BUT Speech@FIT is one of the most famous speech data mining R&D groups in the world. It was formed in 1997 at the Faculty of Electrical Engineering and Computer science at BUT, and joined the Department of Computer Graphics and Multimedia of FIT at the creation of FIT in January 2002. The group is advised by Prof. Hermansky, managed by Dr. Jan "Honza" Cernocky, and its research director is Dr. Lukas Burget. BUT Speech@FIT has a significant track in EC-sponsored projects, ranging from speech corpora collection (SpeechDat-E, SpeeCon), through audiovisual meeting recognition and processing (M4, AMI, AMIDA) to mobile biometric identification (MOBIO), recognition of events for multimedia data-mining and security applications (DIRAC, CareTaker, GLOCAL), and aviation safety (A-PiMod). Recently, the group obtained funding from the Horizon 2020 program under project BISON, that is coordinated by Phonexia, group’s spin-off company. The group is also funded by US Government (IARPA and DARPA programs), and local research agencies (Czech Ministries of Education, Trade and Commerce, Defense and Interior, Technological Agency of the Czech Republic, Grant Agency of the Czech Republic).

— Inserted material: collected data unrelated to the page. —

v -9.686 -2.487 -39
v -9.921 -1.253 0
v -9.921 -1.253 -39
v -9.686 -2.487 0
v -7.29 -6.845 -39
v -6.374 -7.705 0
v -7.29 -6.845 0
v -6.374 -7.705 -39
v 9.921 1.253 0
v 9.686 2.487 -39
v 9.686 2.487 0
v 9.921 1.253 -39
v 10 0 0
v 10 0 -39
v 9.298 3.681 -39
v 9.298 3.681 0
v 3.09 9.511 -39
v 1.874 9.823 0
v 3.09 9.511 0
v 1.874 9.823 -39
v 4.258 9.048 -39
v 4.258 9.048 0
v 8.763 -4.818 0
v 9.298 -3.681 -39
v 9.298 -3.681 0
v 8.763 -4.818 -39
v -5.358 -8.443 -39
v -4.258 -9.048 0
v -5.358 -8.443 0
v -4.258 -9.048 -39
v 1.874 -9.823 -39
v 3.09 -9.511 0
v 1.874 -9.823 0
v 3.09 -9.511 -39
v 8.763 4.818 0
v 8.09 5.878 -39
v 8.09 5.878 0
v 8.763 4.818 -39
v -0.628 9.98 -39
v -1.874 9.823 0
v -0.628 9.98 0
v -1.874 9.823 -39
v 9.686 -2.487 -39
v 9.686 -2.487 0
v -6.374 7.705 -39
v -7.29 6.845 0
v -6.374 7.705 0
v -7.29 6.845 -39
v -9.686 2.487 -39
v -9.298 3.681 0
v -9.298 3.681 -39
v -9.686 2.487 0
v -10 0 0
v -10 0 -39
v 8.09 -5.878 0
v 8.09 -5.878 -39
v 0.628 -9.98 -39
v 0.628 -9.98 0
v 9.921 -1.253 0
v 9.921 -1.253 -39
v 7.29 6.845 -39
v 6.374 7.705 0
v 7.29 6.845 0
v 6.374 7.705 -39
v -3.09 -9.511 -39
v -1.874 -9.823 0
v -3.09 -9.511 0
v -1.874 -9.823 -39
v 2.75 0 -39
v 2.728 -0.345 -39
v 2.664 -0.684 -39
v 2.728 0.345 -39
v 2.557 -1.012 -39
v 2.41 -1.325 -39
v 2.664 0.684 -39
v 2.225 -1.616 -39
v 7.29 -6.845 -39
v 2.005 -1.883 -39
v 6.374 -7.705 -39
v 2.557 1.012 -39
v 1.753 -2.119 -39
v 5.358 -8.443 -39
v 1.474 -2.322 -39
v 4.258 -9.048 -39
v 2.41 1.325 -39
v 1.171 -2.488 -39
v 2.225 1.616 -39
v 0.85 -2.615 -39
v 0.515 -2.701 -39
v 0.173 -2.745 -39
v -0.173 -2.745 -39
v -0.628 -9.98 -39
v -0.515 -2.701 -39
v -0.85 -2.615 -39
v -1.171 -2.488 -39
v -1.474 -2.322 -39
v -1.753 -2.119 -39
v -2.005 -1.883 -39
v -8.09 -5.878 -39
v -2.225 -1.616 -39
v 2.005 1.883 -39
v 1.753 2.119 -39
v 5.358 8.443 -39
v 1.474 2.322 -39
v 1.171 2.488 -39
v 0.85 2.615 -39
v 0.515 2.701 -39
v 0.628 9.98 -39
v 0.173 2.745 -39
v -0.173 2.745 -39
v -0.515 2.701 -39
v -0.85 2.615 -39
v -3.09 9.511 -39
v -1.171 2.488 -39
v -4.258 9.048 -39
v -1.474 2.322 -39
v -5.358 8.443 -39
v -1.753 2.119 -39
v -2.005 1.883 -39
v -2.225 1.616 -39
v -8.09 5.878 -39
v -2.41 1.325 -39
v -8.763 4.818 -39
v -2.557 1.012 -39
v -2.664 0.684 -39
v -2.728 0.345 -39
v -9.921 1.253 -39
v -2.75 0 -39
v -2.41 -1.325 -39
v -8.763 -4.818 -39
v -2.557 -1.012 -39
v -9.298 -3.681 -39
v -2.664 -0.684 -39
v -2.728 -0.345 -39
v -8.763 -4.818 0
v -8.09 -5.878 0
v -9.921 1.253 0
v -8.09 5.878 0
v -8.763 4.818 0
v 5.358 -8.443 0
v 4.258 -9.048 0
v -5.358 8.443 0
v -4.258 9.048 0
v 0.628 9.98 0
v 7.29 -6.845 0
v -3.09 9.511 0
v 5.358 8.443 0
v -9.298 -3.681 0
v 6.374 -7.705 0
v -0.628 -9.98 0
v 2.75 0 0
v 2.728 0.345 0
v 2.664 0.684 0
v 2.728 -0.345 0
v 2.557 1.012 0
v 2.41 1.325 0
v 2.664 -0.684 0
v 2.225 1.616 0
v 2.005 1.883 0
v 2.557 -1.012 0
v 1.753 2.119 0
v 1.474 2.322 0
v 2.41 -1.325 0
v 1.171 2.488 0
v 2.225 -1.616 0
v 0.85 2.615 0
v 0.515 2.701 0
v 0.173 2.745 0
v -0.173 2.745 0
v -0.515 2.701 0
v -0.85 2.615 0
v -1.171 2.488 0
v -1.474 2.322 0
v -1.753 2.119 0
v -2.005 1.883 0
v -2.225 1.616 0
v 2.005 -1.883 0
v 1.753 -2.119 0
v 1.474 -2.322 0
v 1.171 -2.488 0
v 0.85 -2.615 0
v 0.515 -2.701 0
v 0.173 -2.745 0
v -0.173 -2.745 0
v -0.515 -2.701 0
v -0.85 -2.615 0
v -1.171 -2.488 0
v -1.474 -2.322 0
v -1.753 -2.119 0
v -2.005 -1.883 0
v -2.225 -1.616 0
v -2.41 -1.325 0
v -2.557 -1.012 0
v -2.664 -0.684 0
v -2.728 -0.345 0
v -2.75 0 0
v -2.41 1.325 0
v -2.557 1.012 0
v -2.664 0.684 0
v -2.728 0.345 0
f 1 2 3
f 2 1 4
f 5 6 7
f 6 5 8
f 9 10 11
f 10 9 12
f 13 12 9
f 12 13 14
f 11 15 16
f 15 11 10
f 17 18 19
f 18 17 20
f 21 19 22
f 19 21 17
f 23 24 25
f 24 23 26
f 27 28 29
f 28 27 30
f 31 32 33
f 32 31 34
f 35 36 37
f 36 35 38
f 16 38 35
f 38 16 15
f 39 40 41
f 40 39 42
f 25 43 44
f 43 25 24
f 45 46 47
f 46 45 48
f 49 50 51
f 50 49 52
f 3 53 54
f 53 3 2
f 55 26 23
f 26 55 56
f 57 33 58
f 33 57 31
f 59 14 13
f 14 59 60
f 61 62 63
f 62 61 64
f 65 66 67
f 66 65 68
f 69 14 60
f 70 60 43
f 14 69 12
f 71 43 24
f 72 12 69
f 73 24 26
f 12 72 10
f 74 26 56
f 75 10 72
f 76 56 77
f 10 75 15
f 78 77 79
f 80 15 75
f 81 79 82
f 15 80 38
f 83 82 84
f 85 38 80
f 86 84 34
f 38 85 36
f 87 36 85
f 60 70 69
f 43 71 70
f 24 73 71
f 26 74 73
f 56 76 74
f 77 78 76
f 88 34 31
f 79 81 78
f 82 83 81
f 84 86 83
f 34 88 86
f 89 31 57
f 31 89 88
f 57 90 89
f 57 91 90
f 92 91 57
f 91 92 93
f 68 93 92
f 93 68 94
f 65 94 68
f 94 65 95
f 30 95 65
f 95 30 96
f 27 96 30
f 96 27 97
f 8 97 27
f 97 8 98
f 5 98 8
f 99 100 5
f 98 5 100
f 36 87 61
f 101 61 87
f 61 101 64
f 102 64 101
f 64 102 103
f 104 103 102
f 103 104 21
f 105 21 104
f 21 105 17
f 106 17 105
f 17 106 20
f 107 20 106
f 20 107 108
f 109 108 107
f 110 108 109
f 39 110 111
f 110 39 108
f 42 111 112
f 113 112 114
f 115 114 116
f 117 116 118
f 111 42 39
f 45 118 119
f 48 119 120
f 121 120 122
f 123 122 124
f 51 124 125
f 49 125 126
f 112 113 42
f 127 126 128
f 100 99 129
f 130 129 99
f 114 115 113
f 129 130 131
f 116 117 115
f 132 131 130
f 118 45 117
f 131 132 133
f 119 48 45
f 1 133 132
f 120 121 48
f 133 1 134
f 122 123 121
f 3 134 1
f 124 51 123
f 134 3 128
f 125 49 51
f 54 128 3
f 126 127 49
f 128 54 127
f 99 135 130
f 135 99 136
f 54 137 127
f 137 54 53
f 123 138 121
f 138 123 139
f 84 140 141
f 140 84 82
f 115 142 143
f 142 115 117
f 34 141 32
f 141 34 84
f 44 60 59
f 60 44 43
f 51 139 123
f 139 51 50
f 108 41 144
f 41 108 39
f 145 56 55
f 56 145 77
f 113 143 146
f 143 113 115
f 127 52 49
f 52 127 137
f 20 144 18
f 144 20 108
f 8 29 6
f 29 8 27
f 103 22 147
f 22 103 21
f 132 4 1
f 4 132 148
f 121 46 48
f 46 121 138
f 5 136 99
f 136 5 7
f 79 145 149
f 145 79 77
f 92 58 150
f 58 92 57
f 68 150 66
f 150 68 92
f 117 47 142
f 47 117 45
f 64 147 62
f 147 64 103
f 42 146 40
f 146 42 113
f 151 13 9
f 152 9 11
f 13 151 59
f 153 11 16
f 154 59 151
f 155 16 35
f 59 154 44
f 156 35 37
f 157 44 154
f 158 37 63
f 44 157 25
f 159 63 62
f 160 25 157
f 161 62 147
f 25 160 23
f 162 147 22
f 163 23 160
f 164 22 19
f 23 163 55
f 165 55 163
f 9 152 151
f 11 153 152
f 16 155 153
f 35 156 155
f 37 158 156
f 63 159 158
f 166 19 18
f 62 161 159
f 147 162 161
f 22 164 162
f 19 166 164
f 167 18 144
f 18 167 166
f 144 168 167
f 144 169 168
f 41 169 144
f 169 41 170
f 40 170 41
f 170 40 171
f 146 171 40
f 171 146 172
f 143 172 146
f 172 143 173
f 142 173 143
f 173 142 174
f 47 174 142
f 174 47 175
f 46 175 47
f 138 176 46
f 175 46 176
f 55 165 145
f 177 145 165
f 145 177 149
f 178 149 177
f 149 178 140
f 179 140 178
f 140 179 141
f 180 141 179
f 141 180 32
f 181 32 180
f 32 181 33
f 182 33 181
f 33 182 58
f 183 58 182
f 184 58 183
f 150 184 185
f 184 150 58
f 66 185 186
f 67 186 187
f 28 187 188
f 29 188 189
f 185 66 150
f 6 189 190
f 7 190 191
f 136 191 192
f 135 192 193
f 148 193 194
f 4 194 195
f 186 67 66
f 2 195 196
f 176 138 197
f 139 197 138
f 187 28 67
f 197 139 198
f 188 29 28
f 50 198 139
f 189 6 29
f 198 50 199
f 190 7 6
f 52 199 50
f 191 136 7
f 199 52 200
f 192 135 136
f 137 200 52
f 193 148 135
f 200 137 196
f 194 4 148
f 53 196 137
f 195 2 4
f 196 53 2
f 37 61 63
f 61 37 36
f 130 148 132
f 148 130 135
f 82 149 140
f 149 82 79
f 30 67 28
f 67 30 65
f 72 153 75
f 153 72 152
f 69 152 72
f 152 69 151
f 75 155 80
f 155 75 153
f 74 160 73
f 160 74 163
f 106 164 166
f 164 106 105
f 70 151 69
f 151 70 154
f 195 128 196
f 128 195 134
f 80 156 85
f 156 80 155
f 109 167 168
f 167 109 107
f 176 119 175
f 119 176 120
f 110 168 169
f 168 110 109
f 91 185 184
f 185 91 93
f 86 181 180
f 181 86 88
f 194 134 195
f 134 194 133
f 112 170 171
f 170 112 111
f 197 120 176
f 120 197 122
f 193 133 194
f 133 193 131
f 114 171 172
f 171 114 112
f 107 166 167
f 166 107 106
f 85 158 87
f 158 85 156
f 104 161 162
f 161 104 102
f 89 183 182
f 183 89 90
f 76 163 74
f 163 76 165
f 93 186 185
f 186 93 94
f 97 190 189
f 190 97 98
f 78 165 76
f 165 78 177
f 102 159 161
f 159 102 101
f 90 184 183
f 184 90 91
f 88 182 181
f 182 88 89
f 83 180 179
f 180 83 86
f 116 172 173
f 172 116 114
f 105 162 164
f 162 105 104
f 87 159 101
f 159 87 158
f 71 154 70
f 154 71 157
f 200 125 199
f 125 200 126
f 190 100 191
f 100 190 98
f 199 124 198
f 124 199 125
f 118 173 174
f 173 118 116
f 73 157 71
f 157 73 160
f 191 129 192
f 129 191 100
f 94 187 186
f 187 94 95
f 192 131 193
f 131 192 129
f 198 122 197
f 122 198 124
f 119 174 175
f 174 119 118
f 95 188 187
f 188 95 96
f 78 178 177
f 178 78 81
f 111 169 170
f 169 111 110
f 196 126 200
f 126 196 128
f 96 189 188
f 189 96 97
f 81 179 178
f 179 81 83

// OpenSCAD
$fn = 50;


difference() {
	union() {
		translate(v = [0, 0, -39.0000000000]) {
			cylinder(h = 39, r = 10.0000000000);
		}
		cylinder(h = 0, r = 13.0000000000);
	}
	union() {
		#translate(v = [0, 0, -39]) {
			cylinder(h = 39, r = 2.7500000000);
		}
	}
}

BUT Speech@FIT has extensive cooperation with international and local industrial partners. It has generated two spin-offs: Phonexia (est. 2006) http://phonexia.com/ delivers speech analytics solutions to customers in commercial and security/defense sectors, and ReplayWell (est. 2011) http://replaywell.com/ develops and commercializes cloud-based indexing and browsing technology. BUT Speech@FIT is active in open-source software development, and its STK toolkit, PHNREC phone recognizer and SNet/TNet neural net training software are used in several labs worldwide. BUT is involved in the development of a new generation speech toolkit KALDI.
The group disposes of equipment for serious experiments in speech recognition: >1000 CPU cores in several blade chassis, all running CentOS 6 Linux and SGE system for distributed computing, file servers with total capacity of more than 375 TeraBytes, >25 powerful GP-GPU cards for scientific computation and speech and language databases: Linguistic Data Consortium subscription since 2004, numerous corpora purchased separately, collected and obtained due to participation in projects.
The group is also a known event organizer: MLMI 2007 (4th Joint Workshop on Multimodal Interaction and Related Machine Learning Algorithms), NIST Speaker recognition evaluation workshop and Odyssey “The Speaker and Language Recognition Workshop” (both 2010), IEEE ICASSP 2011 in Prague, and IEEE ASRU 2013 in Olomouc.